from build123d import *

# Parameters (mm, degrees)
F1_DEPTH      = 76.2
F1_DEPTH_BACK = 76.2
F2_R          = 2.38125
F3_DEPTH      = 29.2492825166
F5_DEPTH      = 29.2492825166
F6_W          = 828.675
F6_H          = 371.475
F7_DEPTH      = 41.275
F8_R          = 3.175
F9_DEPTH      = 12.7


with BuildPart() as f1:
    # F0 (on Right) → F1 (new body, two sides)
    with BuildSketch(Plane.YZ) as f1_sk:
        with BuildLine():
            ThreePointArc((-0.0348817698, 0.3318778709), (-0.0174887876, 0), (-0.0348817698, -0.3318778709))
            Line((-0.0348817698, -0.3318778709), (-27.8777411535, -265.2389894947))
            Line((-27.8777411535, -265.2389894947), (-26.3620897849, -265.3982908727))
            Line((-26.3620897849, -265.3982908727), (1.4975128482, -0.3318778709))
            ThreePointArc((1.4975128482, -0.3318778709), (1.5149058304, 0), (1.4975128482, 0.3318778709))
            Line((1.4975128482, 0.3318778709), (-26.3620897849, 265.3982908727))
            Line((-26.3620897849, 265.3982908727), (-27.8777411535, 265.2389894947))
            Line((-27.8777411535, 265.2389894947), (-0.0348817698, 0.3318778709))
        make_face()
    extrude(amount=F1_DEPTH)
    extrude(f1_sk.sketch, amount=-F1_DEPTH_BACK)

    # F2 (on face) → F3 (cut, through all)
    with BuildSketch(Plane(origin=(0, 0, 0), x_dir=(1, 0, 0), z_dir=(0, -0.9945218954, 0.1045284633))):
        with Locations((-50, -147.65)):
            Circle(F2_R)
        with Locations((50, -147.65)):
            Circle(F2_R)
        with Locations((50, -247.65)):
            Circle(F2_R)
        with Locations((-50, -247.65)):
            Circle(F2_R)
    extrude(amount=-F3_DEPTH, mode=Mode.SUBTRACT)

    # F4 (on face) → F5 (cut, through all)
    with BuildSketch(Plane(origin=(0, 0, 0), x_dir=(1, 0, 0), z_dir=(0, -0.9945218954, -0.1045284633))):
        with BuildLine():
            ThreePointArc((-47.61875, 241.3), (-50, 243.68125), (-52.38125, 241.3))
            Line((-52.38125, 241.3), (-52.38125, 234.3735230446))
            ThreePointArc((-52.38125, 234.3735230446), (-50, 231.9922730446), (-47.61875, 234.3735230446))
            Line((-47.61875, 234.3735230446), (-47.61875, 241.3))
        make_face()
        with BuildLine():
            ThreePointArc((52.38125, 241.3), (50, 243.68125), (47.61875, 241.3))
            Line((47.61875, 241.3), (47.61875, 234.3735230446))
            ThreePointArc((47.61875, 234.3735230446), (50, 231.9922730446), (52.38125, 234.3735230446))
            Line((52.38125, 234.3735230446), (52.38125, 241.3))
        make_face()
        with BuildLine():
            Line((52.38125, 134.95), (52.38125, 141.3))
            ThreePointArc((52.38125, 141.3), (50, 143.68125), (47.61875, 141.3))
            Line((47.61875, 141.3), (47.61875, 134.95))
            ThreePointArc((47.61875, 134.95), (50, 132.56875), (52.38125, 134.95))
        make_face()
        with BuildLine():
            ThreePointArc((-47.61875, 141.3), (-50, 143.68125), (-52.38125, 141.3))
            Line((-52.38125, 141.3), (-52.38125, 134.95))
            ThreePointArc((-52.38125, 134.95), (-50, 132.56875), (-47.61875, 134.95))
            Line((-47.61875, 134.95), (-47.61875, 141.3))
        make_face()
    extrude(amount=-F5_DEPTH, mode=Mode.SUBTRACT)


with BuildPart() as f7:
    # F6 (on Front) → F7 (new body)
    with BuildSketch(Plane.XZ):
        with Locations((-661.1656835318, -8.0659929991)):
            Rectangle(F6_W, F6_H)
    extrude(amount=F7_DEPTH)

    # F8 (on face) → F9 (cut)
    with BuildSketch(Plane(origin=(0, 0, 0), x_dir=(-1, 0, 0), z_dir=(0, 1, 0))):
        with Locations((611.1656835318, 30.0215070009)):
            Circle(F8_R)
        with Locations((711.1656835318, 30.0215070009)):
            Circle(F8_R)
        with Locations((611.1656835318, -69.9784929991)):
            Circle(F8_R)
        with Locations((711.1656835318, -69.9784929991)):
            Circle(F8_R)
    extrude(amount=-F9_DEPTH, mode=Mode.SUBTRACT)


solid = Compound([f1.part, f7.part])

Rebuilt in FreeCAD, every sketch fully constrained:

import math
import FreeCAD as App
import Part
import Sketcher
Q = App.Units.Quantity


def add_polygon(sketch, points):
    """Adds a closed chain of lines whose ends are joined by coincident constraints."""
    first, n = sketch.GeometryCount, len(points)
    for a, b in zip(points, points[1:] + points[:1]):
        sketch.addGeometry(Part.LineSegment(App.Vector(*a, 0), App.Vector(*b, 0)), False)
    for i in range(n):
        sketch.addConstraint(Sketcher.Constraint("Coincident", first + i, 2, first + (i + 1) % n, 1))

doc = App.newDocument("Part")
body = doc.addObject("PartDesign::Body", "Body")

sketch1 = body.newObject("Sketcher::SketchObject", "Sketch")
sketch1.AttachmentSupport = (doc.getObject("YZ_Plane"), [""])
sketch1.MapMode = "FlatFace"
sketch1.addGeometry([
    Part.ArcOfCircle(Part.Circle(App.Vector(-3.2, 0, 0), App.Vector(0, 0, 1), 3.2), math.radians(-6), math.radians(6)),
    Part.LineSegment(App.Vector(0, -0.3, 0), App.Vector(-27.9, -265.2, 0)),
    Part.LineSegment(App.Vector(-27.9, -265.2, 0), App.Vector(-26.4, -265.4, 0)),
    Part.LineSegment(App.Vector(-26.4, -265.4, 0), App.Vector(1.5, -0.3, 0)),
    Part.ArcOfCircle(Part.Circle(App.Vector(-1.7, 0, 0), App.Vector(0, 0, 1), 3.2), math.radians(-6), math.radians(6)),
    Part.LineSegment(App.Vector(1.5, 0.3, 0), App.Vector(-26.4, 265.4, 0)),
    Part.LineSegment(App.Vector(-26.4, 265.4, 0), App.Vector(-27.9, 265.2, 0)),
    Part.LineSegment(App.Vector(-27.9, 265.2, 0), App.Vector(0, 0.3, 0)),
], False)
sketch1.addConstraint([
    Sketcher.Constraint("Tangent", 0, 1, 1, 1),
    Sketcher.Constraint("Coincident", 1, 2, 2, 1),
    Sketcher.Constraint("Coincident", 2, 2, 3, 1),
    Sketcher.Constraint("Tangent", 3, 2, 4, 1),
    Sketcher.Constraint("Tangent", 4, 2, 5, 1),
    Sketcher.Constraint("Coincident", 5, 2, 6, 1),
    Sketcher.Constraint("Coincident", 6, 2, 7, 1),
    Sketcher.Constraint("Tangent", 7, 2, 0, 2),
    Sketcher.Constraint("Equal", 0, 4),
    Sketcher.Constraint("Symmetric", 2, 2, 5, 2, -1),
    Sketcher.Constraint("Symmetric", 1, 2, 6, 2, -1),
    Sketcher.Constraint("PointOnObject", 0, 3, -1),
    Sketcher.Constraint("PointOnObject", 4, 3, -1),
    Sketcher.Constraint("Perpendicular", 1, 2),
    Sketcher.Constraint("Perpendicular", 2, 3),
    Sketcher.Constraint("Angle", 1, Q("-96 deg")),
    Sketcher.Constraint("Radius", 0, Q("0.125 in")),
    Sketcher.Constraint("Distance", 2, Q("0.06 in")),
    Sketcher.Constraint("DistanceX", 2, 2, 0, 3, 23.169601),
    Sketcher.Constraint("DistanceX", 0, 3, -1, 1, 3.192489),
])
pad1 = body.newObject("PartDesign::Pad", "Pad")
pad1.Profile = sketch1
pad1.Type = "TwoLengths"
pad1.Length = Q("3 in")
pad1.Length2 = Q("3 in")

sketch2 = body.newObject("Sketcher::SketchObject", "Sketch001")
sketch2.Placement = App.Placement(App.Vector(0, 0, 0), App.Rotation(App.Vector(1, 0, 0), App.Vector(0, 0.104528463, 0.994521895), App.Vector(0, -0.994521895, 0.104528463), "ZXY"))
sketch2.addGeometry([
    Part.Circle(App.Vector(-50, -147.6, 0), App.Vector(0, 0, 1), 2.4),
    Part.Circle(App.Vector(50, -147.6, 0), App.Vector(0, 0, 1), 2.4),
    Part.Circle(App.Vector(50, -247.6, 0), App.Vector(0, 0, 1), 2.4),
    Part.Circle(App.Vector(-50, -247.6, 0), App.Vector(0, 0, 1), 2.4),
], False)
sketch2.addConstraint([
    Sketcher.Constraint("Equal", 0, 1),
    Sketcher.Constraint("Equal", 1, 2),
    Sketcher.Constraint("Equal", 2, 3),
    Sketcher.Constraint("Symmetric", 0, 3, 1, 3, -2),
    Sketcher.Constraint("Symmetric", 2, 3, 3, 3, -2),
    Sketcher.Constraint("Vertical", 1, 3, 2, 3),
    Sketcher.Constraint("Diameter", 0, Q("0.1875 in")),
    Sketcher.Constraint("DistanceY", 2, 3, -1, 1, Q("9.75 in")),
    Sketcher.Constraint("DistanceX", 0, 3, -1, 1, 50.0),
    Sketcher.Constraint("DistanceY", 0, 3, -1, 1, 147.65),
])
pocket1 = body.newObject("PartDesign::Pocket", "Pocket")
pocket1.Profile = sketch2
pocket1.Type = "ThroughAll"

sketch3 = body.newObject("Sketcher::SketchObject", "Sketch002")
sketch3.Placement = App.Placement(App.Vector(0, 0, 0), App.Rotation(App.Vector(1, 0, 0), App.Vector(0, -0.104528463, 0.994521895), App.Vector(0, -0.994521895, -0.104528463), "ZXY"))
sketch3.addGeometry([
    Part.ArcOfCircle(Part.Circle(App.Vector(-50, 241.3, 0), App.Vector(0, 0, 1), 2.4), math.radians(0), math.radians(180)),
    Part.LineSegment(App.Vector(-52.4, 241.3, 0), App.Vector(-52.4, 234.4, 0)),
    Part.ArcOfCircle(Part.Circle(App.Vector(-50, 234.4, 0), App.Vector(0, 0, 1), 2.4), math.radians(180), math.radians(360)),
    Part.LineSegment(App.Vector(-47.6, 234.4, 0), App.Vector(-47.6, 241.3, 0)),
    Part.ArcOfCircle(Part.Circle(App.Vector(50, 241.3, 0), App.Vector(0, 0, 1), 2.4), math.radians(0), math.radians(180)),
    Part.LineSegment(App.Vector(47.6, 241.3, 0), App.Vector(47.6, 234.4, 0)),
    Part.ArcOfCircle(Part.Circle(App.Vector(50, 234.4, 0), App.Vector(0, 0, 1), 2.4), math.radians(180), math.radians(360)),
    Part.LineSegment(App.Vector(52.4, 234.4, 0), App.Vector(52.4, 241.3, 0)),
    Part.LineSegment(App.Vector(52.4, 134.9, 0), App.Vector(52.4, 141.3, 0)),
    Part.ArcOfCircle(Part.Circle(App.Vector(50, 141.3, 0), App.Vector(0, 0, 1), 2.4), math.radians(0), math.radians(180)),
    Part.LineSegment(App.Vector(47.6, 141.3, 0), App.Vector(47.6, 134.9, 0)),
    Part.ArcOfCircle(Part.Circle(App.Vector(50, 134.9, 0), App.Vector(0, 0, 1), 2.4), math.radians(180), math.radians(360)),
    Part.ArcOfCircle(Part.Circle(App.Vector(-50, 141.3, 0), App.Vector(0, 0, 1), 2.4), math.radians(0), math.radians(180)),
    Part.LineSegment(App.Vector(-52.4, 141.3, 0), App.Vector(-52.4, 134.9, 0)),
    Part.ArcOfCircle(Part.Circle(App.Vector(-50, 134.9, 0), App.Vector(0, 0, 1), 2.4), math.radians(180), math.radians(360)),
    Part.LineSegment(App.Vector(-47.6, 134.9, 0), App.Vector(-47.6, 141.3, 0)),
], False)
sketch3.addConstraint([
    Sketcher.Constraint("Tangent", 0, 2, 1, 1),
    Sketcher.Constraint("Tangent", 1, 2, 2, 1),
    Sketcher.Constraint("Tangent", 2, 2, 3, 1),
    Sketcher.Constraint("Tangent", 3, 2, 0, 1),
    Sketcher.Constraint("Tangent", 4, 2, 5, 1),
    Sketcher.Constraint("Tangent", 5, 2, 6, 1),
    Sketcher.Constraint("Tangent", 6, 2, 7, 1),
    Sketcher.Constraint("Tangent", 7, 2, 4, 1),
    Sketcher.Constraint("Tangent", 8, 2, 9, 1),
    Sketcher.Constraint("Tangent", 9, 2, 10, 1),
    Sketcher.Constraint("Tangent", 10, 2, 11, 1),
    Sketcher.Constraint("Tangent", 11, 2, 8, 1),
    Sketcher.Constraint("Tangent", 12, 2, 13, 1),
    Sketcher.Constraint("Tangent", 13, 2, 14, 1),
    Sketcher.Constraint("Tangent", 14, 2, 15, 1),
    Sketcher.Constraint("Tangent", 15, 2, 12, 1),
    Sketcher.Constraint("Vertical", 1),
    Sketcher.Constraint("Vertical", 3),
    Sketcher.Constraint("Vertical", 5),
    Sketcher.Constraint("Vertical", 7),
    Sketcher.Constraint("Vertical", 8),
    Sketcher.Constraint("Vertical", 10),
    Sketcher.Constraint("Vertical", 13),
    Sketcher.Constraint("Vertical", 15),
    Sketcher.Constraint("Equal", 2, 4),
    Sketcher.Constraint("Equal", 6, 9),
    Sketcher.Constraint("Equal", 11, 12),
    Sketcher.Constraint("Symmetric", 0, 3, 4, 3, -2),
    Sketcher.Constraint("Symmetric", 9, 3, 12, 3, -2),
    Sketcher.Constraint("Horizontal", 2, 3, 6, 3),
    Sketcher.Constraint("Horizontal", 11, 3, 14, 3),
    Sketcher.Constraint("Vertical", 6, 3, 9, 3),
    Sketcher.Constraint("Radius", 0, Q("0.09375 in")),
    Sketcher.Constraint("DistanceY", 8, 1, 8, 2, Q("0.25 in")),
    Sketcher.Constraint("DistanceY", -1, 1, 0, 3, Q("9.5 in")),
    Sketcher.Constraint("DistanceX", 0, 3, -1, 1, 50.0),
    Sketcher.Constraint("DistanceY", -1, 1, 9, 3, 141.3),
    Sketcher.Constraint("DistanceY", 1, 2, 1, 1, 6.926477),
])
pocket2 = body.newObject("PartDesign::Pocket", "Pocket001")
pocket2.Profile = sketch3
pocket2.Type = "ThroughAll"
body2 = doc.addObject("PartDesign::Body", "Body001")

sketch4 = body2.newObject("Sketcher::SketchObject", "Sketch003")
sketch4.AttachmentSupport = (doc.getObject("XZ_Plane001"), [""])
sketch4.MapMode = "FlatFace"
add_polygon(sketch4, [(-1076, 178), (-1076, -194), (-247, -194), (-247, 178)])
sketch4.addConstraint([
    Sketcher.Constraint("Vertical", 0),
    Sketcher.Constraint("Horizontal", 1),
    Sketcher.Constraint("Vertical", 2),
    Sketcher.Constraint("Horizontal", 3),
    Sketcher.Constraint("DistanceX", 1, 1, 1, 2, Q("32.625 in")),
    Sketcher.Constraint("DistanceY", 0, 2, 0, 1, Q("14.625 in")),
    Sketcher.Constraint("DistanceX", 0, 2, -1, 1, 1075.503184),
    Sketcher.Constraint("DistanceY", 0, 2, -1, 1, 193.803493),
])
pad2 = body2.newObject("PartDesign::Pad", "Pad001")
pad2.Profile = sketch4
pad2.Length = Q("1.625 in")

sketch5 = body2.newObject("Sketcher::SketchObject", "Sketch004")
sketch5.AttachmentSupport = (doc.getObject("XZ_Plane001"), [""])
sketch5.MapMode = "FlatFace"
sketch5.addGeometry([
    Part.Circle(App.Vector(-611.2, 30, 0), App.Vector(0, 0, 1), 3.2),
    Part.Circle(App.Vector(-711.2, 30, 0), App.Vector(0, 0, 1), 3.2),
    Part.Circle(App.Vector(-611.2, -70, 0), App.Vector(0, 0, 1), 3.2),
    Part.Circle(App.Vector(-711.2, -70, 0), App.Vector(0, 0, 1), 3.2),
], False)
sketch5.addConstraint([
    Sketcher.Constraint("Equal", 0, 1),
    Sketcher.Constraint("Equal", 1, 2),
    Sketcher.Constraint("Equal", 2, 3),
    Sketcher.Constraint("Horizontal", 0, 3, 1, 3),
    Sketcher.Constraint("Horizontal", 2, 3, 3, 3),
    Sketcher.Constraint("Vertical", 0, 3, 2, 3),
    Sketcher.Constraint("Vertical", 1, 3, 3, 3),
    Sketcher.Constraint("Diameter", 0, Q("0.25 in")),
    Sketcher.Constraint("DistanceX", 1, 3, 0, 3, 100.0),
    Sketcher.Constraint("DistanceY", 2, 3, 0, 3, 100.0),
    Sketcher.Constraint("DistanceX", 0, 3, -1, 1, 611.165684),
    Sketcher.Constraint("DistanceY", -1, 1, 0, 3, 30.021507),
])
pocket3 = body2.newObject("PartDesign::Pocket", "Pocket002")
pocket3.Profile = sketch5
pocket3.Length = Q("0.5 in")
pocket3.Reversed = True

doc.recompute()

» Instructions for the task
Would you quote everything above from the line containing "Line((47.61875, 241.3), (47.61875, 234.3735230446))" down to the line containing "143.68125), (47.61875, 141.3))"? Include both of those lines and nothing else.

» Solution to the exercise
            Line((47.61875, 241.3), (47.61875, 234.3735230446))
            ThreePointArc((47.61875, 234.3735230446), (50, 231.9922730446), (52.38125, 234.3735230446))
            Line((52.38125, 234.3735230446), (52.38125, 241.3))
        make_face()
        with BuildLine():
            Line((52.38125, 134.95), (52.38125, 141.3))
            ThreePointArc((52.38125, 141.3), (50, 143.68125), (47.61875, 141.3))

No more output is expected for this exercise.